• _What is expected_: Using the listing below, copy exactly the lines from the one containing "f 232 457 230" to the one containing "f 498 120 123", both lines included, and no others.

::::

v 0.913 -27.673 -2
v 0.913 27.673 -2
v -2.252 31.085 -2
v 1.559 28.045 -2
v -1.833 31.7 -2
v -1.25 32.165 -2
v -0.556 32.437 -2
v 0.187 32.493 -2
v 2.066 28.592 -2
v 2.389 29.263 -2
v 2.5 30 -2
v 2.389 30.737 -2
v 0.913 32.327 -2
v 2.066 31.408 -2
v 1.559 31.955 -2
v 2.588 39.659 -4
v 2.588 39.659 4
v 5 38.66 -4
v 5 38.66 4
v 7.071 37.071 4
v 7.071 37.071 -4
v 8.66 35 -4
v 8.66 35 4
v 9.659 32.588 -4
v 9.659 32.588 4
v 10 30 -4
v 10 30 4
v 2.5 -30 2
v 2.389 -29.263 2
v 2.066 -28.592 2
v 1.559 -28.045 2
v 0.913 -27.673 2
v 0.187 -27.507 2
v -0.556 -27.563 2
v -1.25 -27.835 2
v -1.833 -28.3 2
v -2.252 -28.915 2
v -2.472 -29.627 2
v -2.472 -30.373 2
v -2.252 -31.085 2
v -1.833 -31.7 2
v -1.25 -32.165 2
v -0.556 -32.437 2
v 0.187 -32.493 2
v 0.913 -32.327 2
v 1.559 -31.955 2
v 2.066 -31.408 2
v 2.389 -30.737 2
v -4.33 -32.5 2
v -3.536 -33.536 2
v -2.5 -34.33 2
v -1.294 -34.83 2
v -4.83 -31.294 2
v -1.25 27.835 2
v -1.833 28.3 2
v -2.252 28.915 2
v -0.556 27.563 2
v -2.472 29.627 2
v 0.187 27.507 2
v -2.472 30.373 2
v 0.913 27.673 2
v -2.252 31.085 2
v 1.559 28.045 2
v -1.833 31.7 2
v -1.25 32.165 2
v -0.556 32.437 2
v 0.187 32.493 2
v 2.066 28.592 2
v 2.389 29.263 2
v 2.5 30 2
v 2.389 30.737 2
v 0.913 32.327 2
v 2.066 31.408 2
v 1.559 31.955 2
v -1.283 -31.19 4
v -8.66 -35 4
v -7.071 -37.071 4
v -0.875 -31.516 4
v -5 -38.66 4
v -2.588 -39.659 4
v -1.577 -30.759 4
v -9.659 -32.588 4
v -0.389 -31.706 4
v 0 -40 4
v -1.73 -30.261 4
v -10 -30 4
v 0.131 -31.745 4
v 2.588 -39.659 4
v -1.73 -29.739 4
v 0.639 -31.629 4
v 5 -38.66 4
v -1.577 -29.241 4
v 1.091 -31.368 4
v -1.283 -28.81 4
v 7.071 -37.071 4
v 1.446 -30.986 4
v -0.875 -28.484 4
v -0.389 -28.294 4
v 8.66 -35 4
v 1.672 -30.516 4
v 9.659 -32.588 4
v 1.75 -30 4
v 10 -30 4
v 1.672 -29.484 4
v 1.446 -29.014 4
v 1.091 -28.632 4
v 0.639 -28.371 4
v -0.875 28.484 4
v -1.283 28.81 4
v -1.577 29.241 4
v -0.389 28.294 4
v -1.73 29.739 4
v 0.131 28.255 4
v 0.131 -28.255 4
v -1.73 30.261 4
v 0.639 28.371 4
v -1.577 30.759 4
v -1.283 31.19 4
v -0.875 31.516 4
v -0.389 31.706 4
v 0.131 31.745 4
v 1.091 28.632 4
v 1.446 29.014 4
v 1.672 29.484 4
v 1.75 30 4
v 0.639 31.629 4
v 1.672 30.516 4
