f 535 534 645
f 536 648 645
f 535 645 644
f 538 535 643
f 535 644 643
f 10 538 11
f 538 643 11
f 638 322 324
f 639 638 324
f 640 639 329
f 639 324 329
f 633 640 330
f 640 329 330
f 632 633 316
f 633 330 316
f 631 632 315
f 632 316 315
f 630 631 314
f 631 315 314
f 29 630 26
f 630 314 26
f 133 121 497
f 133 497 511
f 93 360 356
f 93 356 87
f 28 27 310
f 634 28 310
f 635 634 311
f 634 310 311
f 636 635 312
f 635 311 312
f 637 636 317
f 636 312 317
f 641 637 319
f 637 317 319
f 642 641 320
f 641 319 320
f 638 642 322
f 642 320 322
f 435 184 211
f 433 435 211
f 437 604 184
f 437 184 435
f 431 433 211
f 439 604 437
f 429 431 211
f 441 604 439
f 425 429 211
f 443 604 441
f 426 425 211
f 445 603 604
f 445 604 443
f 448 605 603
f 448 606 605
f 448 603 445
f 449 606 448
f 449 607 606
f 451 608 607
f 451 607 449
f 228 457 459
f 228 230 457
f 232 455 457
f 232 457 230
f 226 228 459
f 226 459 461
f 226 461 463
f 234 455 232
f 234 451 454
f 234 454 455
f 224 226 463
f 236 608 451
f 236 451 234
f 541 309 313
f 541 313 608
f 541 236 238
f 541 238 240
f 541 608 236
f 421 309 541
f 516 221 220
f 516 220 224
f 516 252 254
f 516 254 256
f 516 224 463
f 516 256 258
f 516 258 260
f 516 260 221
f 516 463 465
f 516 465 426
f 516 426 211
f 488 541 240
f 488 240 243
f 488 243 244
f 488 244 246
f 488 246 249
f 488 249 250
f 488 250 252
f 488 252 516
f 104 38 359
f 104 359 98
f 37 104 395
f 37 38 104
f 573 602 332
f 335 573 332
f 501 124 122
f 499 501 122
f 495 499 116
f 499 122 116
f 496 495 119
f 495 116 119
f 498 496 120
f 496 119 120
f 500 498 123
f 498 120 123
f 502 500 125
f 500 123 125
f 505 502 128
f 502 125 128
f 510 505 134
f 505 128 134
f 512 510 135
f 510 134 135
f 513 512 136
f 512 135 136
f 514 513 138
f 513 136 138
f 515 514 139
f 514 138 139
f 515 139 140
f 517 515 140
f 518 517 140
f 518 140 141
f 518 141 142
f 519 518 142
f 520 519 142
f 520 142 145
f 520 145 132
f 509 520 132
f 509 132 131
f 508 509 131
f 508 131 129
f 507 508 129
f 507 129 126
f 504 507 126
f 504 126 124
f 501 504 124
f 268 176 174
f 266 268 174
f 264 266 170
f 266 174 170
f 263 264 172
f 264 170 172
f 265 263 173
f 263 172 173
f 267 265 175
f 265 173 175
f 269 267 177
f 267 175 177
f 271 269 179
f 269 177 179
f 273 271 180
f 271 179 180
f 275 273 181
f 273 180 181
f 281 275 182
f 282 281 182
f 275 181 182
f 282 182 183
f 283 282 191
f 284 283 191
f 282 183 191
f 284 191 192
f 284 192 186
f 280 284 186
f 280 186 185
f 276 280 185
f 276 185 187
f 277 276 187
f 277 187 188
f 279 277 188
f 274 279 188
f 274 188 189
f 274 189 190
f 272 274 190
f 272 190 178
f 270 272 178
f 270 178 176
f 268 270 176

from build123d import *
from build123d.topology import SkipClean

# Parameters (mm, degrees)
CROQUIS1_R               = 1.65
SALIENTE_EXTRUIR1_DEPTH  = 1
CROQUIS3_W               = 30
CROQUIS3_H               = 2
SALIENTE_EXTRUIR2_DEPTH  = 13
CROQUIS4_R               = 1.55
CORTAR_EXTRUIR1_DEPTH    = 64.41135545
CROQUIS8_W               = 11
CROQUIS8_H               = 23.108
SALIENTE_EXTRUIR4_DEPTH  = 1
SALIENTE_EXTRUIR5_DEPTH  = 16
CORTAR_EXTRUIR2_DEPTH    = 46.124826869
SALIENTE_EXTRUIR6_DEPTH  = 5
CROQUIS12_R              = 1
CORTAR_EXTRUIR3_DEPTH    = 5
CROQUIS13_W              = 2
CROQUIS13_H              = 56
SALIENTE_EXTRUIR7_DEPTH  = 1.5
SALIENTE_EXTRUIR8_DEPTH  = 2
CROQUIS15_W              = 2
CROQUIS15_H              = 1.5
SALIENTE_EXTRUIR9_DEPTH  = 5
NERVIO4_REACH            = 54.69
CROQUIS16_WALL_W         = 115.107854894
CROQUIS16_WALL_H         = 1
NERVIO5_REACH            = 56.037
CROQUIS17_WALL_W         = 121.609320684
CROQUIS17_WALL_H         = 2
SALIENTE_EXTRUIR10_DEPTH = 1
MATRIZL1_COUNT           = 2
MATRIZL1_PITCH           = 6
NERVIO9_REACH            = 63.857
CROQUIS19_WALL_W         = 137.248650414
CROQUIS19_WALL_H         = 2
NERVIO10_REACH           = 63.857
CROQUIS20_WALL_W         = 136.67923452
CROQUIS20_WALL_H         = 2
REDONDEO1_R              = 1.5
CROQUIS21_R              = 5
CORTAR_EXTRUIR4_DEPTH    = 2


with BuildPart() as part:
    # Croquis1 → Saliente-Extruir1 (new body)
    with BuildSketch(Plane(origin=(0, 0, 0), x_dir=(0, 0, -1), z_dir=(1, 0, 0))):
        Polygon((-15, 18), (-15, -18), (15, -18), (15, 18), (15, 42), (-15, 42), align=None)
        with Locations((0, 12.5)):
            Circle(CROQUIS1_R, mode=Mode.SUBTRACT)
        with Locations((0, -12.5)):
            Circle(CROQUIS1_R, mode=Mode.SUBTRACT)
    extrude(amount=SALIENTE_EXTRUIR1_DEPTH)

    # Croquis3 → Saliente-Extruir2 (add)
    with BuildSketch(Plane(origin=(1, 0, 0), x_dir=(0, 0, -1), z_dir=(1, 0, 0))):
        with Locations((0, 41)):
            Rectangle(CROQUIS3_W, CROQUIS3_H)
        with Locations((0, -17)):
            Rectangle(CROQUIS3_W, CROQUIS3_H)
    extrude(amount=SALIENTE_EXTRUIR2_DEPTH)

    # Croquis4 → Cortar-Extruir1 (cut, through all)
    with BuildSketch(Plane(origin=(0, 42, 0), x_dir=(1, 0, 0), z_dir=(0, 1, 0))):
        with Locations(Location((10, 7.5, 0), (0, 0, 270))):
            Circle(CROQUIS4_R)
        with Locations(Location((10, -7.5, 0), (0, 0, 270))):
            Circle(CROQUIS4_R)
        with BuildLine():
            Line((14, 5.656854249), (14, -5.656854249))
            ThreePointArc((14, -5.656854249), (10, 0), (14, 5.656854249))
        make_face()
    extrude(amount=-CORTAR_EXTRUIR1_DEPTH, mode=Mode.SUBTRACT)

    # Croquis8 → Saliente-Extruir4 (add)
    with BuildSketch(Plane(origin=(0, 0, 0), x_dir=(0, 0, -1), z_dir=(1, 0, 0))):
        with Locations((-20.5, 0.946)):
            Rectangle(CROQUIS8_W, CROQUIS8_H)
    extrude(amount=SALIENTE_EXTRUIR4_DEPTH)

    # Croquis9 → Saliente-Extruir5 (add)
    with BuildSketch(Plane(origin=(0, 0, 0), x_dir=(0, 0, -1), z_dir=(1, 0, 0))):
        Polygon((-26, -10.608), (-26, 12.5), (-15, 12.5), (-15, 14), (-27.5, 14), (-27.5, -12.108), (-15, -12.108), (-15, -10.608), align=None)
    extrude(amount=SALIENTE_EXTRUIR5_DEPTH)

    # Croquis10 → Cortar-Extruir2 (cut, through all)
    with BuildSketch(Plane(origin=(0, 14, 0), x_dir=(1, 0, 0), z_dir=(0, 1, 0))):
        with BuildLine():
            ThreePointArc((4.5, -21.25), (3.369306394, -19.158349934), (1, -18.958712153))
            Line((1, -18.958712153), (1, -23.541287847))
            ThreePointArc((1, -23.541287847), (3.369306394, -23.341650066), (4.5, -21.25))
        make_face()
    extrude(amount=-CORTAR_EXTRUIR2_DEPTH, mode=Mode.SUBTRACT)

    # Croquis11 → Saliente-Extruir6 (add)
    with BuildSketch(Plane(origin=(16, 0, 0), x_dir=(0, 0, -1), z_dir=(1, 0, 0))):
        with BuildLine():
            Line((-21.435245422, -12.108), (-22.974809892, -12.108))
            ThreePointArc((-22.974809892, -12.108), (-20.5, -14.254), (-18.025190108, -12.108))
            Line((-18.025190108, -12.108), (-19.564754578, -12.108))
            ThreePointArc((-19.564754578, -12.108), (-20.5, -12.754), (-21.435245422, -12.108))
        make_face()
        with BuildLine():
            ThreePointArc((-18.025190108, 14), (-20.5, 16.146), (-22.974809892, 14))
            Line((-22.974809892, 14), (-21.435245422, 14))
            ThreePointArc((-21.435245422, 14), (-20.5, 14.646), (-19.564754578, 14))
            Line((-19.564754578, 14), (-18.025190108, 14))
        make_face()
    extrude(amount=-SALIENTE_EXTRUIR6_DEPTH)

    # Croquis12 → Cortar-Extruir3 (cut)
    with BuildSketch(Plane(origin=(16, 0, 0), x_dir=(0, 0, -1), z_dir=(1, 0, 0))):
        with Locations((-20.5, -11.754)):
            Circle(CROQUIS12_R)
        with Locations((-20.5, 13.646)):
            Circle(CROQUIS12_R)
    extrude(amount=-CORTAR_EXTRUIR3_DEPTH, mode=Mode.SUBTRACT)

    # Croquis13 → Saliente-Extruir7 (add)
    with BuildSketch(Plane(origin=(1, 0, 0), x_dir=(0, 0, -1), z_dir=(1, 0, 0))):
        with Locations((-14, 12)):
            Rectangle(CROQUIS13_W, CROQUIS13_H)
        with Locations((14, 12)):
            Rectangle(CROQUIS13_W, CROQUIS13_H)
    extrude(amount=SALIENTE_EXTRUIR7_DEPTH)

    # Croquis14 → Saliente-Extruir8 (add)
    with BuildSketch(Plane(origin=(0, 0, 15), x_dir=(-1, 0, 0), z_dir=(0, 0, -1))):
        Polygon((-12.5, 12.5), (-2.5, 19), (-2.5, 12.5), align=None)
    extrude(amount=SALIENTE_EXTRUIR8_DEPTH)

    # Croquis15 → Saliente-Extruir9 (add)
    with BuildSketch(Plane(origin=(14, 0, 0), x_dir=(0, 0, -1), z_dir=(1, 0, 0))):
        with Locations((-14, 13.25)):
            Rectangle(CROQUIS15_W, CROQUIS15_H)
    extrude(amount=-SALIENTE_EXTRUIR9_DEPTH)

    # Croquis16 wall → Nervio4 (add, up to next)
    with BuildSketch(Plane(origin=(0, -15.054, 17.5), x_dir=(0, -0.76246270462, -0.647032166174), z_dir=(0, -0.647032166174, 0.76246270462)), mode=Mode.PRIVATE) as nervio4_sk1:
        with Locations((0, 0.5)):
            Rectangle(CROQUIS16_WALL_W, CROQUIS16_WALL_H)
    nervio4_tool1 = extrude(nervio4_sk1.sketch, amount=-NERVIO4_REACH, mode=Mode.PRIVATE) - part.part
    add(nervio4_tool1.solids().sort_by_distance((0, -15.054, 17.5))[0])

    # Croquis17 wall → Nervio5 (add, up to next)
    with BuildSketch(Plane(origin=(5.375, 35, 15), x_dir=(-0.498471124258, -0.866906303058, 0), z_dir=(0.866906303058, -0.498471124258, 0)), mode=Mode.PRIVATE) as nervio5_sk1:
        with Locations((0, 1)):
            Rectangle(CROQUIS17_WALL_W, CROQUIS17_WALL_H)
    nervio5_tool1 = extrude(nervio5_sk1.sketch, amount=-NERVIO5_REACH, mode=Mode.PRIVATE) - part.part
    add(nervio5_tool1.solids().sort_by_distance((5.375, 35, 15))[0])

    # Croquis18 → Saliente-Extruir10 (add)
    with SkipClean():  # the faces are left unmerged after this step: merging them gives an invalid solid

::::

• _Exercise solution_:
f 232 457 230
f 226 228 459
f 226 459 461
f 226 461 463
f 234 455 232
f 234 451 454
f 234 454 455
f 224 226 463
f 236 608 451
f 236 451 234
f 541 309 313
f 541 313 608
f 541 236 238
f 541 238 240
f 541 608 236
f 421 309 541
f 516 221 220
f 516 220 224
f 516 252 254
f 516 254 256
f 516 224 463
f 516 256 258
f 516 258 260
f 516 260 221
f 516 463 465
f 516 465 426
f 516 426 211
f 488 541 240
f 488 240 243
f 488 243 244
f 488 244 246
f 488 246 249
f 488 249 250
f 488 250 252
f 488 252 516
f 104 38 359
f 104 359 98
f 37 104 395
f 37 38 104
f 573 602 332
f 335 573 332
f 501 124 122
f 499 501 122
f 495 499 116
f 499 122 116
f 496 495 119
f 495 116 119
f 498 496 120
f 496 119 120
f 500 498 123
f 498 120 123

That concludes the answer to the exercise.